# Grapes



## deboardfam (Jun 22, 2010)

I would love to start growing some grapes. Not sure where to start. I live in the city and have a decent backyard. Typical city yard (probably 1/4 to 1/2 an acre). The sides of my yard have wooden privacy fencing. Could I grow on this? Would I need to add chicken wire or anything for the vines etc? 
Where are some good places to get a small batch of plants. How much of a yield could I get off of a few plants (3-5 or so, maybe more). With that small amount of plants is it really worth it? Sorry for all the questions.


----------



## djrockinsteve (Jun 22, 2010)

Answers;
Great, Here, Yes, Yes, Nursery, decent, Yes, No Problem!

There are several posts on here regarding what you want to do.
Probably first would be to familiar yourself with the growing of grapes. On line and on here are many who can give advice.

You may contact your local Agricultural extension or college nearby where you live for advice on what grape strains to grow. It will depend upon amount of rain, sunlight, soil type and length of season etc.

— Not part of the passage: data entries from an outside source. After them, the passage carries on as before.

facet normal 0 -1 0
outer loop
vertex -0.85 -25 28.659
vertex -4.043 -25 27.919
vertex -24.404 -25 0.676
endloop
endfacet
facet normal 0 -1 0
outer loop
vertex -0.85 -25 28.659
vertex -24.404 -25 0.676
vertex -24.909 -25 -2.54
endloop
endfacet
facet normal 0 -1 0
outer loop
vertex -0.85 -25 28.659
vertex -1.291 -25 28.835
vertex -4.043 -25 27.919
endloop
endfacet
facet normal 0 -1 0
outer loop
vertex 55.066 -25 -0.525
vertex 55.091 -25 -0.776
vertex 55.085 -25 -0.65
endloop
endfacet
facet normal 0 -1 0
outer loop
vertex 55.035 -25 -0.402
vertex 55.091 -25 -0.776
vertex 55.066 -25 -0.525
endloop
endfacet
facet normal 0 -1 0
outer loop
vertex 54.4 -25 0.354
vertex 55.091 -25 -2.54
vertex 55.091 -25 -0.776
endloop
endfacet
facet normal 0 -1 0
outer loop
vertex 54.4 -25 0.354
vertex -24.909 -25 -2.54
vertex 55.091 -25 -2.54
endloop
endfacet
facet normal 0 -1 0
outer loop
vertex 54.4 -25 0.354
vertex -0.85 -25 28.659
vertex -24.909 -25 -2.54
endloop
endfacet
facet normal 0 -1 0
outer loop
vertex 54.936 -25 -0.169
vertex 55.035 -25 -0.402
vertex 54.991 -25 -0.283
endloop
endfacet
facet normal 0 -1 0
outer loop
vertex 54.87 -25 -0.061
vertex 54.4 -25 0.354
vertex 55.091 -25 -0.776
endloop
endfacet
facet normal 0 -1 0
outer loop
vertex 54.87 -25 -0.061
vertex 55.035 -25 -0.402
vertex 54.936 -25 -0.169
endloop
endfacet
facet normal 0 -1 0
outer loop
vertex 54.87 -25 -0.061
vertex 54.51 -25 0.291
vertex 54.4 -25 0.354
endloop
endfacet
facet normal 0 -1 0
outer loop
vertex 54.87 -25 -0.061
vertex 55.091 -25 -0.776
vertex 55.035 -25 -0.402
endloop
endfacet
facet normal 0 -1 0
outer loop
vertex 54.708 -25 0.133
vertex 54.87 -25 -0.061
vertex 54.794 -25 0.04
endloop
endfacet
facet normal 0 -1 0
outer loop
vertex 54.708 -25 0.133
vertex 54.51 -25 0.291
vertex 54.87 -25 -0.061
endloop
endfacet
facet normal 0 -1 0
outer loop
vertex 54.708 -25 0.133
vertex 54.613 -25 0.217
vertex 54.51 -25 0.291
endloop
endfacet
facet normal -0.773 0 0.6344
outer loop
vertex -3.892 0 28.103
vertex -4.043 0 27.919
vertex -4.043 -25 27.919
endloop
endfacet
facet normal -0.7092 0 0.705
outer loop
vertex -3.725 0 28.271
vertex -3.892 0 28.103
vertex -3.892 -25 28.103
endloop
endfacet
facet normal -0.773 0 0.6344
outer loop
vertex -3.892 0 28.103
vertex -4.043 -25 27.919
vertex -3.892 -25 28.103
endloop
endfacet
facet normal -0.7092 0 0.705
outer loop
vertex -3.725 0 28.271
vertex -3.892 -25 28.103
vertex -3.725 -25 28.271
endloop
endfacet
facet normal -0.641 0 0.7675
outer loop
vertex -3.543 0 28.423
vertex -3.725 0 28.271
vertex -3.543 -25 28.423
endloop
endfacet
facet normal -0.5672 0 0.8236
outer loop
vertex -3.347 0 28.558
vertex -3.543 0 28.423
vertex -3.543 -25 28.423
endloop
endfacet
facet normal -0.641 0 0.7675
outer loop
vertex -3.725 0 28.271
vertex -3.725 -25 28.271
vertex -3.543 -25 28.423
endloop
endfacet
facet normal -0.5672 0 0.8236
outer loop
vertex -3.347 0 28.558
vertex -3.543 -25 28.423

Plan on not getting any grapes for 3 years. I forgone my grapes to develop the vines better to make a hardier plant. Some plants are hungreds of years old. They reccoment only letting maybe around a dozen clusters per plant as this will give you huge and delicious grapes. I'm not interested in making wine from mine, I'm growing to eat and feed the damn birds.

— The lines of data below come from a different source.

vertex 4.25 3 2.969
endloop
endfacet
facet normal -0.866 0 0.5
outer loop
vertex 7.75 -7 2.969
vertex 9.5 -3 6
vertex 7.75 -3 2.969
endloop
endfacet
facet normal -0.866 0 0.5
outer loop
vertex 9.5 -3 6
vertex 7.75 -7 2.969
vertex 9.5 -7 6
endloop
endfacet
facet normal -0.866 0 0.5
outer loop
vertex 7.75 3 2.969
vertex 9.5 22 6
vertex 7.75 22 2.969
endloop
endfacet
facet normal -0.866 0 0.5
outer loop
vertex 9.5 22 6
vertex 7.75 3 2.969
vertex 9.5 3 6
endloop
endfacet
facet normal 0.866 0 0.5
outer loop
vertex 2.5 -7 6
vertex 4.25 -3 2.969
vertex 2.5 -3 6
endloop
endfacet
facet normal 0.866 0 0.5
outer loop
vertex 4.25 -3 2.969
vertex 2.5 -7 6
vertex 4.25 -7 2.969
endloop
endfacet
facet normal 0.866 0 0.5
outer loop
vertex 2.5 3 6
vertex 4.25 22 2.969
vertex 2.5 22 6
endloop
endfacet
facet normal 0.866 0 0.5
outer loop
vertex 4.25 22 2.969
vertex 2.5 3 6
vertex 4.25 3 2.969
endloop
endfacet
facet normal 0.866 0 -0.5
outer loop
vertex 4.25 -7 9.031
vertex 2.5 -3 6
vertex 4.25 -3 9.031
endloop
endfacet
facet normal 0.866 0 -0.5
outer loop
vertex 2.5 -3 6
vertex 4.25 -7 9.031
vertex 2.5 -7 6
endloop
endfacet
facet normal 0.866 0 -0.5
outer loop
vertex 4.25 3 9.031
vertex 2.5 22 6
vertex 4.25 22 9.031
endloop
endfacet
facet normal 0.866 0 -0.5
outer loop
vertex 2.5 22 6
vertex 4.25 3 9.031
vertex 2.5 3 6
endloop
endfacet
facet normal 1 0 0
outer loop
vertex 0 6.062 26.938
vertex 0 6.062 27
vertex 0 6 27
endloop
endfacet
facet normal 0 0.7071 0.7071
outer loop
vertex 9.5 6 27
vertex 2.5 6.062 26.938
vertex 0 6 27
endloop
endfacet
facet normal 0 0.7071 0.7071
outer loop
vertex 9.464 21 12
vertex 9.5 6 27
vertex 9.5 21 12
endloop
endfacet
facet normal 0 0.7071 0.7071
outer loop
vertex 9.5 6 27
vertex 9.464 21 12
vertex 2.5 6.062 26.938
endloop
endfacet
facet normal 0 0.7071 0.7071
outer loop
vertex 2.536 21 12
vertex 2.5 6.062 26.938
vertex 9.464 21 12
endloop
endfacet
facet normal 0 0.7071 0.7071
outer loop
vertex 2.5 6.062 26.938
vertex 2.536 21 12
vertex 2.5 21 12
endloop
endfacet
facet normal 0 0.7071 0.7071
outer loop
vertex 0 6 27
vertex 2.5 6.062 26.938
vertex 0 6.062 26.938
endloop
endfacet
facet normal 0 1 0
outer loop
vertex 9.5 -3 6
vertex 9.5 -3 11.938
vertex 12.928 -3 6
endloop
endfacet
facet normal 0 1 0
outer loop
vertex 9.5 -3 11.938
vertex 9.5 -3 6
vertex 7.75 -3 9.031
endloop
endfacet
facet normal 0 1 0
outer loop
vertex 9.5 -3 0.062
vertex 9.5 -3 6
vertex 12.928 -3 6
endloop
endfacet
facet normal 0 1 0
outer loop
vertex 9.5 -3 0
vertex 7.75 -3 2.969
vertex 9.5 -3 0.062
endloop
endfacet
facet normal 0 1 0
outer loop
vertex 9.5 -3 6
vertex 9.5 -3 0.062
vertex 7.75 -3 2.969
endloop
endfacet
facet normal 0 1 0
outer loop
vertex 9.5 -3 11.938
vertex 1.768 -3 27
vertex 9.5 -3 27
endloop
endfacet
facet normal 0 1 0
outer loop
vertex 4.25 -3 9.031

You could plant this fall I'm sure but search this site and scan the internet. I'm sure some others will post a few things later tonight.


----------



## Runningwolf (Jun 22, 2010)

I am not an authority on this but for the work you are going to put into it, the amount of space you have and the small yield you'll get, would it not be better to buy the grapes for making wine. You could still make use of your yard for a wine garden with berries or fruit trees and such. Just a thought.


----------



## deboard (Jun 22, 2010)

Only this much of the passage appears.